Records shown Start Marker

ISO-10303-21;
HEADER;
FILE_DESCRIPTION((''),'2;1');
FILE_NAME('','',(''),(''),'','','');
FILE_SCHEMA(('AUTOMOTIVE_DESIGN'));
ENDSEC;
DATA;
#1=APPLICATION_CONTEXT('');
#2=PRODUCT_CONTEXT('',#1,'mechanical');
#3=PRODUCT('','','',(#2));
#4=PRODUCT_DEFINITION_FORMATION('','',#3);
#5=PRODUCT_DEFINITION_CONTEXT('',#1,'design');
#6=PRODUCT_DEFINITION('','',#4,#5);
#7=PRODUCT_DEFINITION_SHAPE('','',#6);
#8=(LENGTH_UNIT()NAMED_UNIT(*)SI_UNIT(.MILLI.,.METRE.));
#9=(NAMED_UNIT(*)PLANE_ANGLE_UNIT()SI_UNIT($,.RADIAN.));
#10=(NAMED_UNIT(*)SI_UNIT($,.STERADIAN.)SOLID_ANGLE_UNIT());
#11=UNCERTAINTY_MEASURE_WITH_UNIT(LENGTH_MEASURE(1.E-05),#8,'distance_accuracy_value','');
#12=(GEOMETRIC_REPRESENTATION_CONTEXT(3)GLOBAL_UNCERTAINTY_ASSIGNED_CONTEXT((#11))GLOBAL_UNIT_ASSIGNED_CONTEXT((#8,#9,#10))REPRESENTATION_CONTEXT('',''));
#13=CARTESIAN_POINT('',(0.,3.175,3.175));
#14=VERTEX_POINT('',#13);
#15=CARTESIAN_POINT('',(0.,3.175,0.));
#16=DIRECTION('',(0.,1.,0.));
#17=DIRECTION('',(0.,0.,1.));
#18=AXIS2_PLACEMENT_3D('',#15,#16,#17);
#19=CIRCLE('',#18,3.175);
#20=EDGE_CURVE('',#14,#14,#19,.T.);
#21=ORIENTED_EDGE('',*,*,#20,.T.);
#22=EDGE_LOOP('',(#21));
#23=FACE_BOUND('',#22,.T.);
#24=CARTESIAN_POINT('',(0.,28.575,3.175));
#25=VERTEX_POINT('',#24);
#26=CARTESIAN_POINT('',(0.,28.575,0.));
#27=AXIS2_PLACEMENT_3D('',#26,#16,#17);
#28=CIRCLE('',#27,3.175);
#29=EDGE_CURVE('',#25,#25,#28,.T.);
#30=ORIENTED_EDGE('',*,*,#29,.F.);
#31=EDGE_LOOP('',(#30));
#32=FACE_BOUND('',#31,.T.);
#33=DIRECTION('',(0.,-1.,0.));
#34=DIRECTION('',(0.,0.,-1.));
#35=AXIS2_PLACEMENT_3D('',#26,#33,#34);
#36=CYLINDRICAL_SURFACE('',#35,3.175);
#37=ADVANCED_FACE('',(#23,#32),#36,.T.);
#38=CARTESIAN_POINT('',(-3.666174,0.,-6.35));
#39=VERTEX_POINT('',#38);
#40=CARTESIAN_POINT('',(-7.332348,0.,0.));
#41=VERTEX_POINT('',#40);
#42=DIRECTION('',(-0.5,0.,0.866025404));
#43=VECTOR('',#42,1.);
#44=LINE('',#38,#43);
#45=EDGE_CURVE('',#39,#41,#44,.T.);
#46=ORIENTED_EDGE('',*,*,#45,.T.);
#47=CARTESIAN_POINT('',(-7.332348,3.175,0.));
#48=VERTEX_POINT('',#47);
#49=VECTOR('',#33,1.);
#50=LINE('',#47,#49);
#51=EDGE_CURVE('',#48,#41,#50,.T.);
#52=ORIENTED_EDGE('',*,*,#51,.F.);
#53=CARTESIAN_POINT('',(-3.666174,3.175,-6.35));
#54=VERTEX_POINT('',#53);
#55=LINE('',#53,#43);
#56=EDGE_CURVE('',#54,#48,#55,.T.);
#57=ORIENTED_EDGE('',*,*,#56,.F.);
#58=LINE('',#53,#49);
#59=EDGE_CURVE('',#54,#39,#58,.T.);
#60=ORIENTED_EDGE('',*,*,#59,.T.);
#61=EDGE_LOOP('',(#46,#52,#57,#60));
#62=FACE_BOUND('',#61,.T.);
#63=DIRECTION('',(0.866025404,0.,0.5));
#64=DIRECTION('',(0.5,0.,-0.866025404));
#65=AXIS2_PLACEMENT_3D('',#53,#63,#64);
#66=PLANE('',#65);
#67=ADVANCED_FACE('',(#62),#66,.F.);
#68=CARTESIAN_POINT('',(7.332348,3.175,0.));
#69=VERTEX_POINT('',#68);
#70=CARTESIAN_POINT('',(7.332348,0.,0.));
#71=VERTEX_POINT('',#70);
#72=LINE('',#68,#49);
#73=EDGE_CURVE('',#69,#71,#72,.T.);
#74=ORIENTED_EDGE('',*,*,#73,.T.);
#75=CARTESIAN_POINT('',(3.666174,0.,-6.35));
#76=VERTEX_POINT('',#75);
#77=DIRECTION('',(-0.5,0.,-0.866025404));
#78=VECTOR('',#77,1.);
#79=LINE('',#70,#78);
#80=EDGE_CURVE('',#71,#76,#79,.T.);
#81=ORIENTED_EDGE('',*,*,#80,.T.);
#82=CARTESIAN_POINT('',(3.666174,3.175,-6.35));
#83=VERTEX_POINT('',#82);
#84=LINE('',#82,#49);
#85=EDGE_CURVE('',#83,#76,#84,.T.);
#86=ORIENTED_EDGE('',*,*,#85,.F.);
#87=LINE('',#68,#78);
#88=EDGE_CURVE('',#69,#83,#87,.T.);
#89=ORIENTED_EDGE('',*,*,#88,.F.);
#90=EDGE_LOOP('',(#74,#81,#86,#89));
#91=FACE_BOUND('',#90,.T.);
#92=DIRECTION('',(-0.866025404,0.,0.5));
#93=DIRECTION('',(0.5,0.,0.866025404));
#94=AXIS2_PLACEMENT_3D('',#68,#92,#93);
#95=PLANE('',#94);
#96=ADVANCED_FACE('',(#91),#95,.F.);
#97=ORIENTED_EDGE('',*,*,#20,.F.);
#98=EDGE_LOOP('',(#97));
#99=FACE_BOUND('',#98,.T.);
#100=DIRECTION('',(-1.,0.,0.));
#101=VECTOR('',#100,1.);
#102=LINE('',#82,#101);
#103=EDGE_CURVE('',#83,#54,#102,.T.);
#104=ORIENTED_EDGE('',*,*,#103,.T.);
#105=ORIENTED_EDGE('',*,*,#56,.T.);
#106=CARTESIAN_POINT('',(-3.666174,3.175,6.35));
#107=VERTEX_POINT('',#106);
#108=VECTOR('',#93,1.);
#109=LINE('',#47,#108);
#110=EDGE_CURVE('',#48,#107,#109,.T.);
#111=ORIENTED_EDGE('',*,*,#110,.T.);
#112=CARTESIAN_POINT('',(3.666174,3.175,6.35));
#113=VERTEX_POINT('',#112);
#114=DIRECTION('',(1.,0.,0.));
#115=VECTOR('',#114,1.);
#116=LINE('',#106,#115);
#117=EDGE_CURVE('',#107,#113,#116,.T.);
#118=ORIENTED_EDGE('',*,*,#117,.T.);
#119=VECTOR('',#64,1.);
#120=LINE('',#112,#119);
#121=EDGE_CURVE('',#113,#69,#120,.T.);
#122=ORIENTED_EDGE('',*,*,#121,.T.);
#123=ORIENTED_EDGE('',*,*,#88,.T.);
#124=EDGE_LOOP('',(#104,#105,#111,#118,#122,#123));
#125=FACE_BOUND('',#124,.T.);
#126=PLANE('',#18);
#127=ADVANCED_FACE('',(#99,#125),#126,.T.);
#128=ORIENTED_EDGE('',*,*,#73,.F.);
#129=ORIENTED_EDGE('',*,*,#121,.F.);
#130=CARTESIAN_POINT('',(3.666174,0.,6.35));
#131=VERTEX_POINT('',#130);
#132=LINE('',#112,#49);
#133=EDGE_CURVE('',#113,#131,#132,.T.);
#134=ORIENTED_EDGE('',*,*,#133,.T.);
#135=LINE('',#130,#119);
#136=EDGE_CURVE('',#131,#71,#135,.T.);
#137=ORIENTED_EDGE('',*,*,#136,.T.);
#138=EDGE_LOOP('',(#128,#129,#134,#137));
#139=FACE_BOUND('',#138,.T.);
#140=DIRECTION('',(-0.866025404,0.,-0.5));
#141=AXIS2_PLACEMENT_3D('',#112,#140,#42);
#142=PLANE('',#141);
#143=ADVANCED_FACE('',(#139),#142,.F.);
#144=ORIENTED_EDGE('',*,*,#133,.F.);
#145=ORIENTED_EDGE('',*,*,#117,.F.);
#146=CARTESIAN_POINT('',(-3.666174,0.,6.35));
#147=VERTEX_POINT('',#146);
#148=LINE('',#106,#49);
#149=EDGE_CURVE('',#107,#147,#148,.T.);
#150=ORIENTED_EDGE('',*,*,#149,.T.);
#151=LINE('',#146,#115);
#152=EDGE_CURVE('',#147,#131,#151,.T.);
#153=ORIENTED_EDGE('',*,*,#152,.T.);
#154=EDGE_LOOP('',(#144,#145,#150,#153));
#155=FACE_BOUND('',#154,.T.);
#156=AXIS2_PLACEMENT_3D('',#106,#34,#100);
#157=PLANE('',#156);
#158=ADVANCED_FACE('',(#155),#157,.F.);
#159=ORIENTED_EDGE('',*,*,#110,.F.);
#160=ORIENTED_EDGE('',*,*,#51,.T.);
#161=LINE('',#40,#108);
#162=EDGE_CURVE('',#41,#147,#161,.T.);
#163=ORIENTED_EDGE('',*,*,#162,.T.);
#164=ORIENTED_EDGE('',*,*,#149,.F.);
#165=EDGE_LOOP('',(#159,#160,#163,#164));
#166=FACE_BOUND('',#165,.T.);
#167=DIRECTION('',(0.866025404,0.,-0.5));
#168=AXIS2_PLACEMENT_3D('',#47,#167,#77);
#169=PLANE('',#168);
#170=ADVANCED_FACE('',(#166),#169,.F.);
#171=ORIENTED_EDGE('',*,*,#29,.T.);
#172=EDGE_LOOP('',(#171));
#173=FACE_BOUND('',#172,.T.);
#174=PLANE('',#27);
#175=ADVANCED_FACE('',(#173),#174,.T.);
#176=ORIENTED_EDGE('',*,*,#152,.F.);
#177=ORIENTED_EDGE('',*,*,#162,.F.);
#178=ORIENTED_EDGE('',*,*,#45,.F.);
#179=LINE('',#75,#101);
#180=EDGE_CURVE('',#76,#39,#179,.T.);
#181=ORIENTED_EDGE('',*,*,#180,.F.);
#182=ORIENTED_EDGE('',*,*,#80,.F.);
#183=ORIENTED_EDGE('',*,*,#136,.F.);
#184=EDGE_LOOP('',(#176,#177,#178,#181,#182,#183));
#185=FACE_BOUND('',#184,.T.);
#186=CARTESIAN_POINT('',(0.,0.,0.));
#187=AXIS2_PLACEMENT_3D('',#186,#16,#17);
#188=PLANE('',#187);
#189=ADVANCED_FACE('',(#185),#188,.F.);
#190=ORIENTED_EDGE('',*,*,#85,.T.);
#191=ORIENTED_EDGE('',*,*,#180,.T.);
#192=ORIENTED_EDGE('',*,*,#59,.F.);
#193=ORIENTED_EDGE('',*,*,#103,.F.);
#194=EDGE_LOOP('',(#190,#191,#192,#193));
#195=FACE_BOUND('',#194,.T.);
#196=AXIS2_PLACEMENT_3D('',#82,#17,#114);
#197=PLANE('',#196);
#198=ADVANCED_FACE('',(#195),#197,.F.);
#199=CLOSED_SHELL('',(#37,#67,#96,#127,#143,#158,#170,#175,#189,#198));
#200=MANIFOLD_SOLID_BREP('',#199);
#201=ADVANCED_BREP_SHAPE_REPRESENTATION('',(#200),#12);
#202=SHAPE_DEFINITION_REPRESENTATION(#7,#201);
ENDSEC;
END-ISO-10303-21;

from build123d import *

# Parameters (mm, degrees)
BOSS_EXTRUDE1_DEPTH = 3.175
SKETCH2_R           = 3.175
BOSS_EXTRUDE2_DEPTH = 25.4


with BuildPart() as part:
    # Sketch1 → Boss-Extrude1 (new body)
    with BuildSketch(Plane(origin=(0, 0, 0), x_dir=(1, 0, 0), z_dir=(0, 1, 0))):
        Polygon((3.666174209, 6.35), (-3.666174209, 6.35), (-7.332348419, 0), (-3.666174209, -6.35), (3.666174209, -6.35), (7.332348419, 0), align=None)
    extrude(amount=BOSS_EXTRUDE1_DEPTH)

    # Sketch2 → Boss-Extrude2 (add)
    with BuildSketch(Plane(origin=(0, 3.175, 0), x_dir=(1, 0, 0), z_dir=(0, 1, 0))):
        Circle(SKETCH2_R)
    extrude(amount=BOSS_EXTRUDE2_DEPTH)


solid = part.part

Records shown End Marker

**Task prompt**
Produce a word-for-word copy of everything above from the line holding "#83=VERTEX_POINT('',#82);" down to the line holding "#118=ORIENTED_EDGE('',*,*,#117,.T.);", with both of those lines kept.

**Problem solution**
#83=VERTEX_POINT('',#82);
#84=LINE('',#82,#49);
#85=EDGE_CURVE('',#83,#76,#84,.T.);
#86=ORIENTED_EDGE('',*,*,#85,.F.);
#87=LINE('',#68,#78);
#88=EDGE_CURVE('',#69,#83,#87,.T.);
#89=ORIENTED_EDGE('',*,*,#88,.F.);
#90=EDGE_LOOP('',(#74,#81,#86,#89));
#91=FACE_BOUND('',#90,.T.);
#92=DIRECTION('',(-0.866025404,0.,0.5));
#93=DIRECTION('',(0.5,0.,0.866025404));
#94=AXIS2_PLACEMENT_3D('',#68,#92,#93);
#95=PLANE('',#94);
#96=ADVANCED_FACE('',(#91),#95,.F.);
#97=ORIENTED_EDGE('',*,*,#20,.F.);
#98=EDGE_LOOP('',(#97));
#99=FACE_BOUND('',#98,.T.);
#100=DIRECTION('',(-1.,0.,0.));
#101=VECTOR('',#100,1.);
#102=LINE('',#82,#101);
#103=EDGE_CURVE('',#83,#54,#102,.T.);
#104=ORIENTED_EDGE('',*,*,#103,.T.);
#105=ORIENTED_EDGE('',*,*,#56,.T.);
#106=CARTESIAN_POINT('',(-3.666174,3.175,6.35));
#107=VERTEX_POINT('',#106);
#108=VECTOR('',#93,1.);
#109=LINE('',#47,#108);
#110=EDGE_CURVE('',#48,#107,#109,.T.);
#111=ORIENTED_EDGE('',*,*,#110,.T.);
#112=CARTESIAN_POINT('',(3.666174,3.175,6.35));
#113=VERTEX_POINT('',#112);
#114=DIRECTION('',(1.,0.,0.));
#115=VECTOR('',#114,1.);
#116=LINE('',#106,#115);
#117=EDGE_CURVE('',#107,#113,#116,.T.);
#118=ORIENTED_EDGE('',*,*,#117,.T.);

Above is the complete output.